## Dataset entries
+--
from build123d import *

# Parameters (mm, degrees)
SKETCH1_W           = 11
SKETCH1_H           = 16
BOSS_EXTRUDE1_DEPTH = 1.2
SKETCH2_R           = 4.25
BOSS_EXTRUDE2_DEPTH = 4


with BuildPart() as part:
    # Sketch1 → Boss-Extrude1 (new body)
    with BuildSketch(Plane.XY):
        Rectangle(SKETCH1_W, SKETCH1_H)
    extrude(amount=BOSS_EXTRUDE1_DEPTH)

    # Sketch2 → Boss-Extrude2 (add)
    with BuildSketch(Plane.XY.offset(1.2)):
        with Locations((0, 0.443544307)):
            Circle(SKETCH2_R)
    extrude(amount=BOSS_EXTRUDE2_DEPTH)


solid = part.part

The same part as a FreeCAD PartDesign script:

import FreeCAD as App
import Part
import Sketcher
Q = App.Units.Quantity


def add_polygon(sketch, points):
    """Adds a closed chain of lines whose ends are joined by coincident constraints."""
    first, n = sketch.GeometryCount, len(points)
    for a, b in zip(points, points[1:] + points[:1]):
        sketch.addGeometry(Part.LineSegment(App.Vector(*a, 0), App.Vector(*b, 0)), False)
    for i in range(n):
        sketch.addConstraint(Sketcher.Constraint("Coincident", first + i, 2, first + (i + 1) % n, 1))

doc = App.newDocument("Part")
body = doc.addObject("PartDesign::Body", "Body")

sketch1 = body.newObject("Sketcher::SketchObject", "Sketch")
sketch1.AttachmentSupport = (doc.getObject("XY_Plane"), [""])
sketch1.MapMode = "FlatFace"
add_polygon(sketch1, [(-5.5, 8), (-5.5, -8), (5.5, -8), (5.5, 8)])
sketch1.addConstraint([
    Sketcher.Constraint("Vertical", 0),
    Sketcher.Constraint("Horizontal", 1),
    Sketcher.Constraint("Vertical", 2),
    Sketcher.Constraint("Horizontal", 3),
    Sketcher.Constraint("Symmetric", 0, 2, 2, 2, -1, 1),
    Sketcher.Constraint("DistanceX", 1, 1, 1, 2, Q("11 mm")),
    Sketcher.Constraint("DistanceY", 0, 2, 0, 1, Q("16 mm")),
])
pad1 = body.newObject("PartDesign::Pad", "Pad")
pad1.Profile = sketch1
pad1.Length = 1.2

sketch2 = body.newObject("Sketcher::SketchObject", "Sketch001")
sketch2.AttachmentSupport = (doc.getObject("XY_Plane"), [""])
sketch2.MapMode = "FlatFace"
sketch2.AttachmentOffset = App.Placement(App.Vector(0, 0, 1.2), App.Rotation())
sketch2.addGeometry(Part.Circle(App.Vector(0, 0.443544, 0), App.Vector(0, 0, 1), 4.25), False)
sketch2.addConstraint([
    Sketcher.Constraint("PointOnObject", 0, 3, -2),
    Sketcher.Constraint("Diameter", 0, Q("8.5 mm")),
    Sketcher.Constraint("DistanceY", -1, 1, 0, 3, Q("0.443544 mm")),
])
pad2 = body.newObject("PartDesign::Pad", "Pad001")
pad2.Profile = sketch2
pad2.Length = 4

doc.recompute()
+--
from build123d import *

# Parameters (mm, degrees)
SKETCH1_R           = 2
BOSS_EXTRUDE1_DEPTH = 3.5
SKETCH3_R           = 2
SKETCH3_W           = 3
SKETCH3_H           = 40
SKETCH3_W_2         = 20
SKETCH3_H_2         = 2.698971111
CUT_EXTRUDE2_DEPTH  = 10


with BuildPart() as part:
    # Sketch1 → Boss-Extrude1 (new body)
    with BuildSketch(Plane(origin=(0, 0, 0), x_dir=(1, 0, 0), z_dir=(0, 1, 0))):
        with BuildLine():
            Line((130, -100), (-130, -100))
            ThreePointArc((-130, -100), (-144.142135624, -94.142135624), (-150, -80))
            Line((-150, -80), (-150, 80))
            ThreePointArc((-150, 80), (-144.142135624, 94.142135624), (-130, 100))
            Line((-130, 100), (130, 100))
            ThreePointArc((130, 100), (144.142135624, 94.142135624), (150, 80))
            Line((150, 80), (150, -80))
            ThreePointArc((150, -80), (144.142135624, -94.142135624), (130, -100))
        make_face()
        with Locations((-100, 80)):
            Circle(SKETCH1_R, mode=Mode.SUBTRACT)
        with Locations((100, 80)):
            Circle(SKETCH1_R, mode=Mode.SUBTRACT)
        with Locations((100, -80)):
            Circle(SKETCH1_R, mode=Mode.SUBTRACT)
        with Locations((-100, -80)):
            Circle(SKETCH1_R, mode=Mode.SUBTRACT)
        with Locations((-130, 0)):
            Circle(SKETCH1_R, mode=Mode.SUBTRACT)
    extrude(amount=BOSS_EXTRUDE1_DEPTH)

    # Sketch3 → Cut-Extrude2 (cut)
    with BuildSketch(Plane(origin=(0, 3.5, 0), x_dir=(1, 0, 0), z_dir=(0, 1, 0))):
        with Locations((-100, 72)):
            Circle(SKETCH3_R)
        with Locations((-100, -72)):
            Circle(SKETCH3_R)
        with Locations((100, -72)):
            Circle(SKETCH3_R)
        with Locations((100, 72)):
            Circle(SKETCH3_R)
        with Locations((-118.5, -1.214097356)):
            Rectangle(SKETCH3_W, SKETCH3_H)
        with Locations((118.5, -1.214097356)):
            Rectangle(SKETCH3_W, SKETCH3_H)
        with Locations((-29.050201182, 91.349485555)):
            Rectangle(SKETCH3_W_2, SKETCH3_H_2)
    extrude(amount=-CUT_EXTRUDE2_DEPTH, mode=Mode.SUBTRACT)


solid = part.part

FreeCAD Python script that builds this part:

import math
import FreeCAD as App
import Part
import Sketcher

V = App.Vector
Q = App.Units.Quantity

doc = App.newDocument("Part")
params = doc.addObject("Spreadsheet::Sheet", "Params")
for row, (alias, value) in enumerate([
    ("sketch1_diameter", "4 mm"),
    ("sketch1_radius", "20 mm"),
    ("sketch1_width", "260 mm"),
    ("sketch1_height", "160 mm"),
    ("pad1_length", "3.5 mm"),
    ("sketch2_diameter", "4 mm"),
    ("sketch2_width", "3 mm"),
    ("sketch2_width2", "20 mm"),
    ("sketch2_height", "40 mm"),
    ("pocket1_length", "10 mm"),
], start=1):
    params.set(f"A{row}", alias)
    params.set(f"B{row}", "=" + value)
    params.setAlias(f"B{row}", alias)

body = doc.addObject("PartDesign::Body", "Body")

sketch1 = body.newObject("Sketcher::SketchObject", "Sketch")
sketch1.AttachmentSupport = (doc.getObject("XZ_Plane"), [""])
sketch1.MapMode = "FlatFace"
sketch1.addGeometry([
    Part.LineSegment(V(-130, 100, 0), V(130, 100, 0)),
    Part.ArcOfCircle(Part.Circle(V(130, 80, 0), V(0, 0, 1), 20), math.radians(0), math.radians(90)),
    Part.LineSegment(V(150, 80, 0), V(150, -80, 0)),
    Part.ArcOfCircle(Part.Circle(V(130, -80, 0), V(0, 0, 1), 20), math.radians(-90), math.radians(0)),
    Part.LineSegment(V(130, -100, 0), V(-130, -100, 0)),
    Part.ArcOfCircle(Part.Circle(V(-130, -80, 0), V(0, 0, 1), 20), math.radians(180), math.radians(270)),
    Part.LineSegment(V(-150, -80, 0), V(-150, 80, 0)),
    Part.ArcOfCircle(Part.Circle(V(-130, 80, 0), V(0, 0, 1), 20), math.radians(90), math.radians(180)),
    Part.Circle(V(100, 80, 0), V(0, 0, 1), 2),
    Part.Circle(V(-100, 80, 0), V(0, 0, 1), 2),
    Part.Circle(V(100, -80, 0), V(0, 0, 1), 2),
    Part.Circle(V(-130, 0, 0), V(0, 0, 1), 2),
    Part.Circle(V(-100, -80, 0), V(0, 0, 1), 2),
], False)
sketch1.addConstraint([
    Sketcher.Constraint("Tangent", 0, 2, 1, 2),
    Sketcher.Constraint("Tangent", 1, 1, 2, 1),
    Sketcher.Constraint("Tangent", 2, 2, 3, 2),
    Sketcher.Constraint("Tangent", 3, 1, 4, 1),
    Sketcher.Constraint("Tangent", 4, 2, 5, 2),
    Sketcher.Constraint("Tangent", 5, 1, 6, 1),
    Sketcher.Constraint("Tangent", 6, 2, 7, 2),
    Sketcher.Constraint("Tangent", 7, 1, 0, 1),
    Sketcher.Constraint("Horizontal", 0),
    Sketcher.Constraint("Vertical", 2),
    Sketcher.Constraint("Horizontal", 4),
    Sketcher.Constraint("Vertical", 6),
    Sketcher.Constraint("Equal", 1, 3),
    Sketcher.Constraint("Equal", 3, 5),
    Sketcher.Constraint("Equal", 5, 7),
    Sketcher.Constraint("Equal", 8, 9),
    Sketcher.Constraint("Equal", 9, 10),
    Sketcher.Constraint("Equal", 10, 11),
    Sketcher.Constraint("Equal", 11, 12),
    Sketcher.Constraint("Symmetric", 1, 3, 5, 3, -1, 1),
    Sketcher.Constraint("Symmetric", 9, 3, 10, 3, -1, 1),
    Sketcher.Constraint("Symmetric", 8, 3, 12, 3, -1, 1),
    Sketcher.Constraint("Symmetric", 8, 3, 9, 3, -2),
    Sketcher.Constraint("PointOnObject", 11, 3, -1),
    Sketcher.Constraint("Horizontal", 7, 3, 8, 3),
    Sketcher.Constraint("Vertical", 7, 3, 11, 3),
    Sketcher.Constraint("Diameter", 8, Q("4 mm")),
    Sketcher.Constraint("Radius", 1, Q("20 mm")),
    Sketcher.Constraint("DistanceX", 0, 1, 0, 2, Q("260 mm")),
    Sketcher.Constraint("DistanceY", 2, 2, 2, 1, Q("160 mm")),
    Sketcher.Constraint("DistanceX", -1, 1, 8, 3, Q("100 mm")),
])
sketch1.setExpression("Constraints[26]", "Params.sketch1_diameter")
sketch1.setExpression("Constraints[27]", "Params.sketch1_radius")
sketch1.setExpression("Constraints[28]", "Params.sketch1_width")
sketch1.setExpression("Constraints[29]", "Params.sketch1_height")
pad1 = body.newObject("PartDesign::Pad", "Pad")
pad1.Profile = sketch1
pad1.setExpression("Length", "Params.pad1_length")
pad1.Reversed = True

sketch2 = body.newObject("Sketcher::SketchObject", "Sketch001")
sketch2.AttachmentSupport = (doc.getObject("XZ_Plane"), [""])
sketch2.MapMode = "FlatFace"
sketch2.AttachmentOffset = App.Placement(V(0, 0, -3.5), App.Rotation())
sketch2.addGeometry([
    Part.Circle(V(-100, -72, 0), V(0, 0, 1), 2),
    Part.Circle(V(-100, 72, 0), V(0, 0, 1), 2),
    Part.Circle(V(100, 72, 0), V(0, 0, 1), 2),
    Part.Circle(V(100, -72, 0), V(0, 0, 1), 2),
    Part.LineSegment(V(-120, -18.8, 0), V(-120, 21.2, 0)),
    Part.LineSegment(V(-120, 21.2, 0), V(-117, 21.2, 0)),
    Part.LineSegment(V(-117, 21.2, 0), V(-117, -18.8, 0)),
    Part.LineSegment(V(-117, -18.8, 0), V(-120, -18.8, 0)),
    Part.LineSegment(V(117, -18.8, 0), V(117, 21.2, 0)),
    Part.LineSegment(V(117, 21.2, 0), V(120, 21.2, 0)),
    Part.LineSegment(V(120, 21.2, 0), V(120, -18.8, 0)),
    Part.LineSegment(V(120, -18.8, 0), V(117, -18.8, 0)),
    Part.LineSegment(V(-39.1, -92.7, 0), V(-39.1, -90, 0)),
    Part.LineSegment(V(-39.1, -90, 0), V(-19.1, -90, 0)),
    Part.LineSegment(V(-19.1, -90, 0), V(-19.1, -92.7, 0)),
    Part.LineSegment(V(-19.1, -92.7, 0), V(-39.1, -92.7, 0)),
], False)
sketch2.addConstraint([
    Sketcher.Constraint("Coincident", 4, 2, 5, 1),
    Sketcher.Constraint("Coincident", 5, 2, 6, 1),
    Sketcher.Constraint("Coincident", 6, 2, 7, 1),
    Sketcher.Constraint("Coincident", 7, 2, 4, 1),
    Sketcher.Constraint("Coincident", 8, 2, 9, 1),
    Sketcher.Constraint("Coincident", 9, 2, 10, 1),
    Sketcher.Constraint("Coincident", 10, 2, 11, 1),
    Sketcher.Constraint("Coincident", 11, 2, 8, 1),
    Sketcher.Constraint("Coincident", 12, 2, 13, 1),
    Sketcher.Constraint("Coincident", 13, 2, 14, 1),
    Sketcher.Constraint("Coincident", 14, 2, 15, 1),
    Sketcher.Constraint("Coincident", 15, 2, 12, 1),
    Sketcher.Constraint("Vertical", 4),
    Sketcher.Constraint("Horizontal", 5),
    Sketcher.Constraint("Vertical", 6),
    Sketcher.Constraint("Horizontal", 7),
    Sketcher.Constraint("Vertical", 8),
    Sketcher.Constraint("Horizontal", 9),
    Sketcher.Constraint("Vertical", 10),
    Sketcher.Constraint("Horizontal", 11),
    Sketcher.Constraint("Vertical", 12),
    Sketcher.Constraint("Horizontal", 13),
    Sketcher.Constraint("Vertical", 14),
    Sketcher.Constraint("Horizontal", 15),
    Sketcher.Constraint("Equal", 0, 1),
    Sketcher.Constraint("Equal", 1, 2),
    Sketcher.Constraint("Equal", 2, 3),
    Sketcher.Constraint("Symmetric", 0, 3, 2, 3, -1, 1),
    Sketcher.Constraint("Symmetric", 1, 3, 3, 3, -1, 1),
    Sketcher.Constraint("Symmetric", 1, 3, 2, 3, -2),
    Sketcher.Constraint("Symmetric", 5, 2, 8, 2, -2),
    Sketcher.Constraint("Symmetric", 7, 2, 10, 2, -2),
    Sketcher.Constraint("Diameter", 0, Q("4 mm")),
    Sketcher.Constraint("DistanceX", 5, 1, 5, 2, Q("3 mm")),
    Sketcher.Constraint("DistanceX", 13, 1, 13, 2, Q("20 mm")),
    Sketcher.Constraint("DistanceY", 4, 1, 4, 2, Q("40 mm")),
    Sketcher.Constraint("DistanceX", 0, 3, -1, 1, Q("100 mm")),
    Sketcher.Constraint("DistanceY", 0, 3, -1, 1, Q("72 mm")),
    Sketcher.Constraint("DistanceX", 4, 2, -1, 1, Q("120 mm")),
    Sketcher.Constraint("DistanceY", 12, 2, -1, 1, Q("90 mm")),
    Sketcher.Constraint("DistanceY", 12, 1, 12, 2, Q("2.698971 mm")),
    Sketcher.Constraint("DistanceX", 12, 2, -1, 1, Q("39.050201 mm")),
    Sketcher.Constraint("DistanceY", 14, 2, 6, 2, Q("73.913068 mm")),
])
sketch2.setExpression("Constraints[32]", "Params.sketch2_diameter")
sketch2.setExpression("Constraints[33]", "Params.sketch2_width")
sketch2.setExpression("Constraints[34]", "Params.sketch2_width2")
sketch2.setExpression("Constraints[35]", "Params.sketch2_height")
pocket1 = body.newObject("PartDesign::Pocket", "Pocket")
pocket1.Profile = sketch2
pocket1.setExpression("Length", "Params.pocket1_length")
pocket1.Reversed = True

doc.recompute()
+--
## Problem details
Reply with one number: the count of lines in the entries that include the word "BuildSketch".

## Solution to the exercise
4